Along this journey, we learned that donating period products is simply not enough. To end period poverty and establish true menstrual equity regardless of a person’s socio-economic background, we must break barriers and create innovative ways to ensure access for all. A lack of menstrual equity (access to period products) does not care about the size of your bank account, as I often say, the richest woman in the world has at one point in her life gone to the bathroom, gotten her period, and did not have access to a period product. She likely had to use toilet paper as a makeshift pad, just like the homeless woman living out of a cardboard box. This was one of the reasons why Jennifer Tripucka, Joelle and Jordan Hernandez, Sabrina Browne, and I came together to brainstorm ways that we can develop points of access.
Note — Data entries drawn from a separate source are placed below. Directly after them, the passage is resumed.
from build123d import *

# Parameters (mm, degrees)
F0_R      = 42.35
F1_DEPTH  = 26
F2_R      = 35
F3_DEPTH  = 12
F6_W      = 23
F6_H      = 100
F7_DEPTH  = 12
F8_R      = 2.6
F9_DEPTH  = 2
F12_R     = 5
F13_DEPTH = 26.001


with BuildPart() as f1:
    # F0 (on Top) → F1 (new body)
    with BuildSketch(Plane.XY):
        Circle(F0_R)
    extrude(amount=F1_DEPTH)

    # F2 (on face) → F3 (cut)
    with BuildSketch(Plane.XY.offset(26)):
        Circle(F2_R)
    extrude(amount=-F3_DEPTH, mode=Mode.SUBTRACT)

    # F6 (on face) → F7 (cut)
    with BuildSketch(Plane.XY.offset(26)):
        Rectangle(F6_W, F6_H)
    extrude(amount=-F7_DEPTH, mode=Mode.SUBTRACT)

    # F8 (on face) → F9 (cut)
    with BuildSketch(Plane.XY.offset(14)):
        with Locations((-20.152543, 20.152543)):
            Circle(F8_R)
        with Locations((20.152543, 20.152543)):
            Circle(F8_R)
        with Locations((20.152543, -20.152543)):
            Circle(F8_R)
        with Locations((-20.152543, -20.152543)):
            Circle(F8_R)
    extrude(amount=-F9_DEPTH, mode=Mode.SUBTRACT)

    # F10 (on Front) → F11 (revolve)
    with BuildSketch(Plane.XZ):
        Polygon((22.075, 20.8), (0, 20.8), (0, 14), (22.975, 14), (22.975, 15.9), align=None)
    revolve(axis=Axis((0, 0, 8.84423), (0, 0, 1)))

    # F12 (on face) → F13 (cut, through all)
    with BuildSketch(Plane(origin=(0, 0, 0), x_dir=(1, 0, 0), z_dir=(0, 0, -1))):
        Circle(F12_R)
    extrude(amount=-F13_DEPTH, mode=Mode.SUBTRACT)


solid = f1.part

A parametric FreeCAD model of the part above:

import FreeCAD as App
import Part
import Sketcher

V = App.Vector


def add_polygon(sketch, points):
    """Adds a closed chain of lines whose ends are joined by coincident constraints."""
    first, n = sketch.GeometryCount, len(points)
    for a, b in zip(points, points[1:] + points[:1]):
        sketch.addGeometry(Part.LineSegment(App.Vector(*a, 0), App.Vector(*b, 0)), False)
    for i in range(n):
        sketch.addConstraint(Sketcher.Constraint("Coincident", first + i, 2, first + (i + 1) % n, 1))

doc = App.newDocument("Part")
params = doc.addObject("Spreadsheet::Sheet", "Params")
for row, (alias, value) in enumerate([
    ("sketch1_diameter", "84.7 mm"),
    ("pad1_length", "26 mm"),
    ("sketch2_diameter", "70 mm"),
    ("pocket1_length", "12 mm"),
    ("sketch3_width", "23 mm"),
    ("sketch3_height", "100 mm"),
    ("pocket2_length", "12 mm"),
    ("sketch4_diameter", "5.2 mm"),
    ("pocket3_length", "2 mm"),
    ("sketch5_height", "6.8 mm"),
    ("sketch5_height2", "1.9 mm"),
    ("revolution_angle", "360 deg"),
    ("sketch6_diameter", "10 mm"),
], start=1):
    params.set(f"A{row}", alias)
    params.set(f"B{row}", "=" + value)
    params.setAlias(f"B{row}", alias)

body = doc.addObject("PartDesign::Body", "Body")

# Sketch on XY plane
sketch1 = body.newObject("Sketcher::SketchObject", "Sketch")
sketch1.AttachmentSupport = (doc.getObject("XY_Plane"), [""])
sketch1.MapMode = "FlatFace"
sketch1.addGeometry(Part.Circle(V(0, 0, 0), V(0, 0, 1), 42), False)
sketch1.addConstraint([
    Sketcher.Constraint("Coincident", 0, 3, -1, 1),
    Sketcher.Constraint("Diameter", 0, 84.7),
])
sketch1.setExpression("Constraints[1]", "Params.sketch1_diameter")
pad1 = body.newObject("PartDesign::Pad", "Pad")
pad1.Profile = sketch1
pad1.setExpression("Length", "Params.pad1_length")

# Sketch on XY plane
sketch2 = body.newObject("Sketcher::SketchObject", "Sketch001")
sketch2.AttachmentSupport = (doc.getObject("XY_Plane"), [""])
sketch2.MapMode = "FlatFace"
sketch2.AttachmentOffset = App.Placement(V(0, 0, 26), App.Rotation())
sketch2.addGeometry(Part.Circle(V(0, 0, 0), V(0, 0, 1), 35), False)
sketch2.addConstraint([
    Sketcher.Constraint("Coincident", 0, 3, -1, 1),
    Sketcher.Constraint("Diameter", 0, 70.0),
])
sketch2.setExpression("Constraints[1]", "Params.sketch2_diameter")
pocket1 = body.newObject("PartDesign::Pocket", "Pocket")
pocket1.Profile = sketch2
pocket1.setExpression("Length", "Params.pocket1_length")

# Sketch on XY plane
sketch3 = body.newObject("Sketcher::SketchObject", "Sketch002")
sketch3.AttachmentSupport = (doc.getObject("XY_Plane"), [""])
sketch3.MapMode = "FlatFace"
sketch3.AttachmentOffset = App.Placement(V(0, 0, 26), App.Rotation())
add_polygon(sketch3, [(-12, 50), (-12, -50), (12, -50), (12, 50)])  # lines 0-3
sketch3.addConstraint([
    Sketcher.Constraint("Vertical", 0),
    Sketcher.Constraint("Horizontal", 1),
    Sketcher.Constraint("Vertical", 2),
    Sketcher.Constraint("Horizontal", 3),
    Sketcher.Constraint("Symmetric", 0, 2, 2, 2, -1, 1),
    Sketcher.Constraint("DistanceX", 1, 1, 1, 2, 23.0),
    Sketcher.Constraint("DistanceY", 0, 2, 0, 1, 100.0),
])
sketch3.setExpression("Constraints[9]", "Params.sketch3_width")
sketch3.setExpression("Constraints[10]", "Params.sketch3_height")
pocket2 = body.newObject("PartDesign::Pocket", "Pocket001")
pocket2.Profile = sketch3
pocket2.setExpression("Length", "Params.pocket2_length")

# Sketch on XY plane
sketch4 = body.newObject("Sketcher::SketchObject", "Sketch003")
sketch4.AttachmentSupport = (doc.getObject("XY_Plane"), [""])
sketch4.MapMode = "FlatFace"
sketch4.AttachmentOffset = App.Placement(V(0, 0, 14), App.Rotation())
sketch4.addGeometry([
    Part.Circle(V(-20.2, 20.2, 0), V(0, 0, 1), 2.6),
    Part.Circle(V(20.2, 20.2, 0), V(0, 0, 1), 2.6),
    Part.Circle(V(20.2, -20.2, 0), V(0, 0, 1), 2.6),
    Part.Circle(V(-20.2, -20.2, 0), V(0, 0, 1), 2.6),
], False)
sketch4.addConstraint([
    Sketcher.Constraint("Equal", 0, 1),
    Sketcher.Constraint("Equal", 1, 2),
    Sketcher.Constraint("Equal", 2, 3),
    Sketcher.Constraint("Symmetric", 0, 3, 2, 3, -1, 1),
    Sketcher.Constraint("Symmetric", 1, 3, 3, 3, -1, 1),
    Sketcher.Constraint("Symmetric", 0, 3, 1, 3, -2),
    Sketcher.Constraint("Diameter", 0, 5.2),
    Sketcher.Constraint("DistanceX", 0, 3, -1, 1, 20.152543),
    Sketcher.Constraint("DistanceY", -1, 1, 0, 3, 20.152543),
])
sketch4.setExpression("Constraints[6]", "Params.sketch4_diameter")
pocket3 = body.newObject("PartDesign::Pocket", "Pocket002")
pocket3.Profile = sketch4
pocket3.setExpression("Length", "Params.pocket3_length")

# Sketch on XZ plane
sketch5 = body.newObject("Sketcher::SketchObject", "Sketch004")
sketch5.AttachmentSupport = (doc.getObject("XZ_Plane"), [""])
sketch5.MapMode = "FlatFace"
add_polygon(sketch5, [(22.1, 20.8), (0, 20.8), (0, 14), (23, 14), (23, 15.9)])  # lines 0-4
sketch5.addConstraint([
    Sketcher.Constraint("Horizontal", 0),
    Sketcher.Constraint("Vertical", 1),
    Sketcher.Constraint("Horizontal", 2),
    Sketcher.Constraint("Vertical", 3),
    Sketcher.Constraint("PointOnObject", 0, 2, -2),
    Sketcher.Constraint("DistanceY", 1, 2, 1, 1, 6.8),
    Sketcher.Constraint("DistanceY", 3, 1, 3, 2, 1.9),
    Sketcher.Constraint("DistanceY", -1, 1, 1, 2, 14.0),
    Sketcher.Constraint("DistanceX", 4, 2, 3, 2, 0.9),
    Sketcher.Constraint("DistanceX", 0, 2, 0, 1, 22.075),
])
sketch5.setExpression("Constraints[10]", "Params.sketch5_height")
sketch5.setExpression("Constraints[11]", "Params.sketch5_height2")
revolution = body.newObject("PartDesign::Revolution", "Revolution")
revolution.Profile = sketch5
revolution.ReferenceAxis = (sketch5, ["V_Axis"])
revolution.setExpression("Angle", "Params.revolution_angle")

# Sketch on XY plane
sketch6 = body.newObject("Sketcher::SketchObject", "Sketch005")
sketch6.AttachmentSupport = (doc.getObject("XY_Plane"), [""])
sketch6.MapMode = "FlatFace"
sketch6.addGeometry(Part.Circle(V(0, 0, 0), V(0, 0, 1), 5), False)
sketch6.addConstraint([
    Sketcher.Constraint("Coincident", 0, 3, -1, 1),
    Sketcher.Constraint("Diameter", 0, 10.0),
])
sketch6.setExpression("Constraints[1]", "Params.sketch6_diameter")
pocket4 = body.newObject("PartDesign::Pocket", "Pocket003")
pocket4.Profile = sketch6
pocket4.Type = "ThroughAll"
pocket4.Reversed = True

doc.recompute()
Recently, I was invited to attend a roundtable with the Office of Rep. Grace Meng. Rep. Meng is a U.S. Congresswoman, D-NY that has introduced the Menstrual Equity for All Act, the Good Samaritan Menstrual Products Act, and has beaten the drum loud enough that the Biden Administration established a Menstrual Equity Task Force. During the roundtable, I learned that the Menstrual Equity for All Act was reintroduced for the third time and, if passed, would provide unprecedented access to period products in places such as schools, homeless shelters, places of incarceration, and federal buildings.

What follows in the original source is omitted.